Robert Downey Jr saiu de “Vingadores: Ultimato” nas alturas, afinal, a maior bilheteria da história do cinema não apenas celebrava e alçava ao ápice o Universo Marvel, mas, também, era a celebração de seu astro-mor. O intérprete do Homem de Ferro é o centro de uma trama repleta de nomes fortes e comoveu até mesmo os detratores da franquia com o destino de Tony Stark. 

A Universal Pictures viu a possibilidade de surfar na onda do sucesso de Downey Jr, arrecadar uns bons milhões e ressuscitar uma franquia praticamente esquecida. Saiu, então, com este “Dolittle”. O tiro, entretanto, saiu pela culatra e prova que nem mesmo o astro mais querido do momento consegue salvar um projeto à beira do vergonhoso. 

Dolittle” traz a clássica histórico do médico capaz de conversar com animais. Aqui, ele inicia o filme isolado do mundo devido ao luto pela morte da esposa em uma expedição. Porém, o herói se vê obrigado a embarcar em uma aventura para salvar a jovem Rainha da Inglaterra à beira da morte. Ao lado do personagem de Downey Jr, estarão os mais diversos bichos e seu jovem aprendiz Tommy (Harry Collett). 

O que dizer de bom? Bem, os efeitos visuais são, de fato, incríveis. Exceto pelo leãozinho que fica atrás da versão de “O Rei Leão”, os demais animais impressionam pelo realismo, especialmente, o gorila com voz na versão em inglês de Rami Malek (“Bohemian Rhapsody”). De resto, só agradecer que o pesadelo dura 97 minutos. 

CONSTRANGIMENTOS EM SÉRIE 

Escrito por quatro (!!!!) roteiristas, “Dolittle” não consegue se achar em momento algum. Não há qualquer desenvolvimento mínimo dos personagens, a narração surge e some do nada, o fiapo de história claramente não se sustenta para envolver o público a se importar com aquilo e as viradas na trama são possíveis de decifrar por uma criança de sete anos com 30 minutos de antecedência.  

Para disfarçar, ou melhor, nos enganar, acelera-se o ritmo na montagem para dar um pretenso dinamismo, gerando uma confusão generalizada em que não se sabe necessariamente o que está acontecendo muito menos a pretensão daquilo.  

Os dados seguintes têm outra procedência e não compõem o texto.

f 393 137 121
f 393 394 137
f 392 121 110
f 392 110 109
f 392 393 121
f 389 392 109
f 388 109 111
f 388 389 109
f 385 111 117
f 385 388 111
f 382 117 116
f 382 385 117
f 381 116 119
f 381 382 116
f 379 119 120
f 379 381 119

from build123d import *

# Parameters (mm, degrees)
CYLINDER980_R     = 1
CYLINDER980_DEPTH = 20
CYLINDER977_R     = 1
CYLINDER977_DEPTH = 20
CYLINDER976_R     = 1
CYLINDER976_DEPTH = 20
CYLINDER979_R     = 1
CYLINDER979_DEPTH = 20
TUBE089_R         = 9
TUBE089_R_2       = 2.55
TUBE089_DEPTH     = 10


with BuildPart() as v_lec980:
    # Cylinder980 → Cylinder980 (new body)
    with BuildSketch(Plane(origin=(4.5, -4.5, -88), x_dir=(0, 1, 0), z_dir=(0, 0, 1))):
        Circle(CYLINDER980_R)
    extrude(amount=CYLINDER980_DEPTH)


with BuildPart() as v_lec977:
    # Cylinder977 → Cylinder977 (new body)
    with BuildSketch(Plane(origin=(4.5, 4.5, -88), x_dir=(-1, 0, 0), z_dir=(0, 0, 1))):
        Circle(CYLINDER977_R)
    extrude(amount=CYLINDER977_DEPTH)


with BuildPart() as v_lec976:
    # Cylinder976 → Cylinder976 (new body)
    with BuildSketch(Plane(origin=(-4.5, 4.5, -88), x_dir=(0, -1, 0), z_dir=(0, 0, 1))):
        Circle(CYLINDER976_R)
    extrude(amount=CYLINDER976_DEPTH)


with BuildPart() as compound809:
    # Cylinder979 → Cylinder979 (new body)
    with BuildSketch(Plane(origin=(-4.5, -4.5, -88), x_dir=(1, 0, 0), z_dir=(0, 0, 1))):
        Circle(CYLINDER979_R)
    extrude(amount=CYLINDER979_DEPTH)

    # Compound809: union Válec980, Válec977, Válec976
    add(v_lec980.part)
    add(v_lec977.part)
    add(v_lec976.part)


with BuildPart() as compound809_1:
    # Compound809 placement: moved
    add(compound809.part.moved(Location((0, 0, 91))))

O humor também mais constrange do que consegue fazer rir. Do mergulho de Dolittle no aquário ao avestruz derrubando o que vê pela frente no Palácio de Buckingham tudo é tão sem inspiração a ponto de se questionar se os roteiristas e o diretor Stephen Gaghan (como alguém que fez “Syriana” foi parar aqui?) qual público riria daquilo, pois, nem mesmo crianças são bobas a esse ponto. Não à toa o desfecho de “Dolittle” se resume a constrangedores peidos e uma operação no ânus de um dragão – sim, este é o nível. 

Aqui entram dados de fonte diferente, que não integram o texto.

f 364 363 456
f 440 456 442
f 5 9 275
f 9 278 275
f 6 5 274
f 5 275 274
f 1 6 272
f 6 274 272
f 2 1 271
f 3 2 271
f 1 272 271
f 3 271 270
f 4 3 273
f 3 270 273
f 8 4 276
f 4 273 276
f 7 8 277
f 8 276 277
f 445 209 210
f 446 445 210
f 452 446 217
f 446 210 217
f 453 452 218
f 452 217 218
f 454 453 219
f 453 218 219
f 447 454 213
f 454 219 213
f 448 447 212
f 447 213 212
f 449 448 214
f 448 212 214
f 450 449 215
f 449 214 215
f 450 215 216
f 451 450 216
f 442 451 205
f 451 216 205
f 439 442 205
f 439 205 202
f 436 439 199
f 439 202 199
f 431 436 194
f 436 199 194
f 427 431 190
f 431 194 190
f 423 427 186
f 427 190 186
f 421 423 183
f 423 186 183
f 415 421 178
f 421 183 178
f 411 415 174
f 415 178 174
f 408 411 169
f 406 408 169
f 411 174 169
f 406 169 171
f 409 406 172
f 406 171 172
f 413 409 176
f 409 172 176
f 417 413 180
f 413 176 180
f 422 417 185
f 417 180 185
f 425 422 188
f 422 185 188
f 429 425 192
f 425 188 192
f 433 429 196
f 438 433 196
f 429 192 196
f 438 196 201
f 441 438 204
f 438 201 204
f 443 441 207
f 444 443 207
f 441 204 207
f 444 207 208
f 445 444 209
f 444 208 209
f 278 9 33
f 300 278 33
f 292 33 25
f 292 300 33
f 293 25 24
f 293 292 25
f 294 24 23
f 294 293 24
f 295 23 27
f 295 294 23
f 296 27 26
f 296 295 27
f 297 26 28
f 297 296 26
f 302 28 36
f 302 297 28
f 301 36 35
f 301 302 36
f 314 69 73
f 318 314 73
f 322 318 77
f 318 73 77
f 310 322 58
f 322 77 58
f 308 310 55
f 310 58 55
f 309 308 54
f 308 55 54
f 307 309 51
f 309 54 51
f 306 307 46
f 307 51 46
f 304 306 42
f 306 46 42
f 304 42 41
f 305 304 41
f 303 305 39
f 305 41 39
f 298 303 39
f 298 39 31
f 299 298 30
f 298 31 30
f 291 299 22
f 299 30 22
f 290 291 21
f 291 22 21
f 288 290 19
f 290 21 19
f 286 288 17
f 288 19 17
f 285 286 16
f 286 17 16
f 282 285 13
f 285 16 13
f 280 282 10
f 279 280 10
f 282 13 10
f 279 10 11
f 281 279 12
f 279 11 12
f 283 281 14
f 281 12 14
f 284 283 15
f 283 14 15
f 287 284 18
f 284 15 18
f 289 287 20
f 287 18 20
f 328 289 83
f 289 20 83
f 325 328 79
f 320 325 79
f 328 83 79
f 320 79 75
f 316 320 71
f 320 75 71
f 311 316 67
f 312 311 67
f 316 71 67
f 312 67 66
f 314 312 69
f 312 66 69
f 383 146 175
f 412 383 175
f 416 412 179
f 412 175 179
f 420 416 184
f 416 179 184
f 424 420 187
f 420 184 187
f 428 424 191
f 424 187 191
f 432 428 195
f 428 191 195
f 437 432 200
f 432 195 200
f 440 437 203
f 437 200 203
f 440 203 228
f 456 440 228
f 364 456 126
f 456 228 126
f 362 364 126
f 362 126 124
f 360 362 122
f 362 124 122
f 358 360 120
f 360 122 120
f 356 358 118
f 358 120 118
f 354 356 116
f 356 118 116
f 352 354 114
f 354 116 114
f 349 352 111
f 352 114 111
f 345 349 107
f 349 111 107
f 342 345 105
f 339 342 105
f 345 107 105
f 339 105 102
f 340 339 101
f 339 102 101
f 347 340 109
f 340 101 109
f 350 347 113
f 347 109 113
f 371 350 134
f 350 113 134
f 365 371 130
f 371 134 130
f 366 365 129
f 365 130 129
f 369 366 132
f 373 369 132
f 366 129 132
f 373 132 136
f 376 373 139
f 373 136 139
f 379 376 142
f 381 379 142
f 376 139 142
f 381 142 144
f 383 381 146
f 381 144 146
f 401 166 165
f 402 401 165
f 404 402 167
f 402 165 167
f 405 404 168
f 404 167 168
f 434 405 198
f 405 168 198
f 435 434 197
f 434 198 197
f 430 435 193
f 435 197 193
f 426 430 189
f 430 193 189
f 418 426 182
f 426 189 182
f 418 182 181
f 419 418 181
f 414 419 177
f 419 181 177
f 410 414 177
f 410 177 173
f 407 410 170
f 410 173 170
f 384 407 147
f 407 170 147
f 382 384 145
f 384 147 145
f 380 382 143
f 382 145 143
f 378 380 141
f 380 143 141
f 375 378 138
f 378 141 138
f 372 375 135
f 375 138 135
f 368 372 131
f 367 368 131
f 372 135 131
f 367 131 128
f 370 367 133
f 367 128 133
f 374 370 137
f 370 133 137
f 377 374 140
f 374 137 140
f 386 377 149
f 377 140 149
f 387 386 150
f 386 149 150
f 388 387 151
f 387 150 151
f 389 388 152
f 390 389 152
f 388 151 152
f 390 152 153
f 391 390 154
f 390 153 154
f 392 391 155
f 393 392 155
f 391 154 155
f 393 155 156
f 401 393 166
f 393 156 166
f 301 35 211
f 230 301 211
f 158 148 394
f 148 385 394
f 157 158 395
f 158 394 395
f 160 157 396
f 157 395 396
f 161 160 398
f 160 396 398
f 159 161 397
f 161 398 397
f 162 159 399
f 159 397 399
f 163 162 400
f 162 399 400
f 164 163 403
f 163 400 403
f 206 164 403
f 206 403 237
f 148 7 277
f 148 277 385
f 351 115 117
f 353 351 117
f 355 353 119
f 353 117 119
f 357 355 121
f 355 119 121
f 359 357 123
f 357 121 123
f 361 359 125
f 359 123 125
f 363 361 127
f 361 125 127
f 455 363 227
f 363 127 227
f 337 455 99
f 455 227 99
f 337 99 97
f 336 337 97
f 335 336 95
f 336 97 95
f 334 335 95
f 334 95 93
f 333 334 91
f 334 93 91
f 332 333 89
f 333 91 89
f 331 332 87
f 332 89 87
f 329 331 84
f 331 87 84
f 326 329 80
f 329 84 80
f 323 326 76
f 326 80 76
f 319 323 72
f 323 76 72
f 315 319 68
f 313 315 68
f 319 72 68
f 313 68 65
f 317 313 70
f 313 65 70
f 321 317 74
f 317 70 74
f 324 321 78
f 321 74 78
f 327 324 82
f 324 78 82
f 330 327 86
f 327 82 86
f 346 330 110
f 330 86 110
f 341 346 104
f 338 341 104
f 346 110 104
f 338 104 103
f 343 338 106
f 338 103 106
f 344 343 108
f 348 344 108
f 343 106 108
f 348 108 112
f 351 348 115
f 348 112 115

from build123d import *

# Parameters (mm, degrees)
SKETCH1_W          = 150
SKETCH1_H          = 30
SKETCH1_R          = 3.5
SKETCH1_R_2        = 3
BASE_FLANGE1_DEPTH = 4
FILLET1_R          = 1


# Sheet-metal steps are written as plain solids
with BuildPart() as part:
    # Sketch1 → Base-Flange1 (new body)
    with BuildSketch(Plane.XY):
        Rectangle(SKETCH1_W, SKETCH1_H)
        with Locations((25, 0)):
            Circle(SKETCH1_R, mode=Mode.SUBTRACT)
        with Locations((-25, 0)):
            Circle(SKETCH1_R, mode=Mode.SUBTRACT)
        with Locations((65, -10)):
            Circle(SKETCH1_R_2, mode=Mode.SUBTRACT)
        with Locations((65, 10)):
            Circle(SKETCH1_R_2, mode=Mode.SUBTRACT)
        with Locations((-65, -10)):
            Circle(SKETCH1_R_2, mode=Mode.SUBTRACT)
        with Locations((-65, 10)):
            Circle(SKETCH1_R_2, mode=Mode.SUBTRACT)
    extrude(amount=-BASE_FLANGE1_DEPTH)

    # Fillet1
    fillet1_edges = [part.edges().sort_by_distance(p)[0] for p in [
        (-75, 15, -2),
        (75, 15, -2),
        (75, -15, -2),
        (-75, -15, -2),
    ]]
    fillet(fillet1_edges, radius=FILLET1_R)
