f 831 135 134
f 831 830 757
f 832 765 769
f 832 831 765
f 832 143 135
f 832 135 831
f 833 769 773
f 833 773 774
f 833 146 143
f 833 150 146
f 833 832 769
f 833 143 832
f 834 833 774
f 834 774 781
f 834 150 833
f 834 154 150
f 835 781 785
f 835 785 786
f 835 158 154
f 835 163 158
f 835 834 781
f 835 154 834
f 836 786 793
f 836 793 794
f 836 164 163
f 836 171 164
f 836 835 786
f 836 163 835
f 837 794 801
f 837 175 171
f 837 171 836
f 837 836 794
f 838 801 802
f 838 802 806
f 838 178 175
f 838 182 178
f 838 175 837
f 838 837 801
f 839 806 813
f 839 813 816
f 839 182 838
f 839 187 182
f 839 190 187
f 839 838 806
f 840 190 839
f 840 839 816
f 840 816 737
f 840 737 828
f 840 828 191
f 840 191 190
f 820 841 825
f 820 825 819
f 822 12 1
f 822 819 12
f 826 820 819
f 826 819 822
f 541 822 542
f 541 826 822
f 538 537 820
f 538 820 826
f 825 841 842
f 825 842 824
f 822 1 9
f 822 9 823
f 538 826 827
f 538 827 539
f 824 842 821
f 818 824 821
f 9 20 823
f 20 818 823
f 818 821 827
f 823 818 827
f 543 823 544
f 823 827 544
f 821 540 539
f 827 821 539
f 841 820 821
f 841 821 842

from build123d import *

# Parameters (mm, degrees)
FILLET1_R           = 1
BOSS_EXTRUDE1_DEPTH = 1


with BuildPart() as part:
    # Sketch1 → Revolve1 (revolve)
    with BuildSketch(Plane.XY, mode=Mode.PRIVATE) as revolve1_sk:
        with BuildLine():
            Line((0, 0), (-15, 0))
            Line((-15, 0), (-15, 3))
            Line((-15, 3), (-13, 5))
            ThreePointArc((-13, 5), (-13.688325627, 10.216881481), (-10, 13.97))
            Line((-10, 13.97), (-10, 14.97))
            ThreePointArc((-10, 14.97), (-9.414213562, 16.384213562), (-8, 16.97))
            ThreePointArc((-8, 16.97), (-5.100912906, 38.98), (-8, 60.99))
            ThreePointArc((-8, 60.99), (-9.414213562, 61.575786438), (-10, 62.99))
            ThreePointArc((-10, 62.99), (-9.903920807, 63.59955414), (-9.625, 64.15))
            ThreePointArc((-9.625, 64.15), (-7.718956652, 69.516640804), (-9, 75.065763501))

Se ver gente do naipe de Jim Broadbent, Michael Sheen, Antonio Banderas e todo o time de dubladores desperdiçada a tal ponto chega a doer pelo constrangimento, o sentimento em relação a Robert Downey Jr é de frustração. Não apenas por ser o produtor executivo de tamanha bomba e permitir se colocar à frente de um projeto tão pobre, mas, pela postura preguiçosa em não colocar um mísero traço de personalidade neste Dolittle, apenas reciclando cacoetes de Tony Stark, Sherlock Holmes e do Jack Sparrow de Johnny Depp. Não duvido que o astro siga por este caminho na carreira daqui em diante (ele mesmo já insinuou isso), o que seria um desperdício de carisma e talento raro de ser visto em Hollywood. 

A vazia sala capaz de comportar mais de 350 pessoas onde fui assistir “Dolittle” não era apenas um impacto de um sábado gordo de carnaval. A falta de entusiasmo do público deixa claro que não basta incríveis efeitos visuais, o astro do momento e um investimento absurdo de marketing. Sem o mínimo de qualidade, não há obra que se sustente.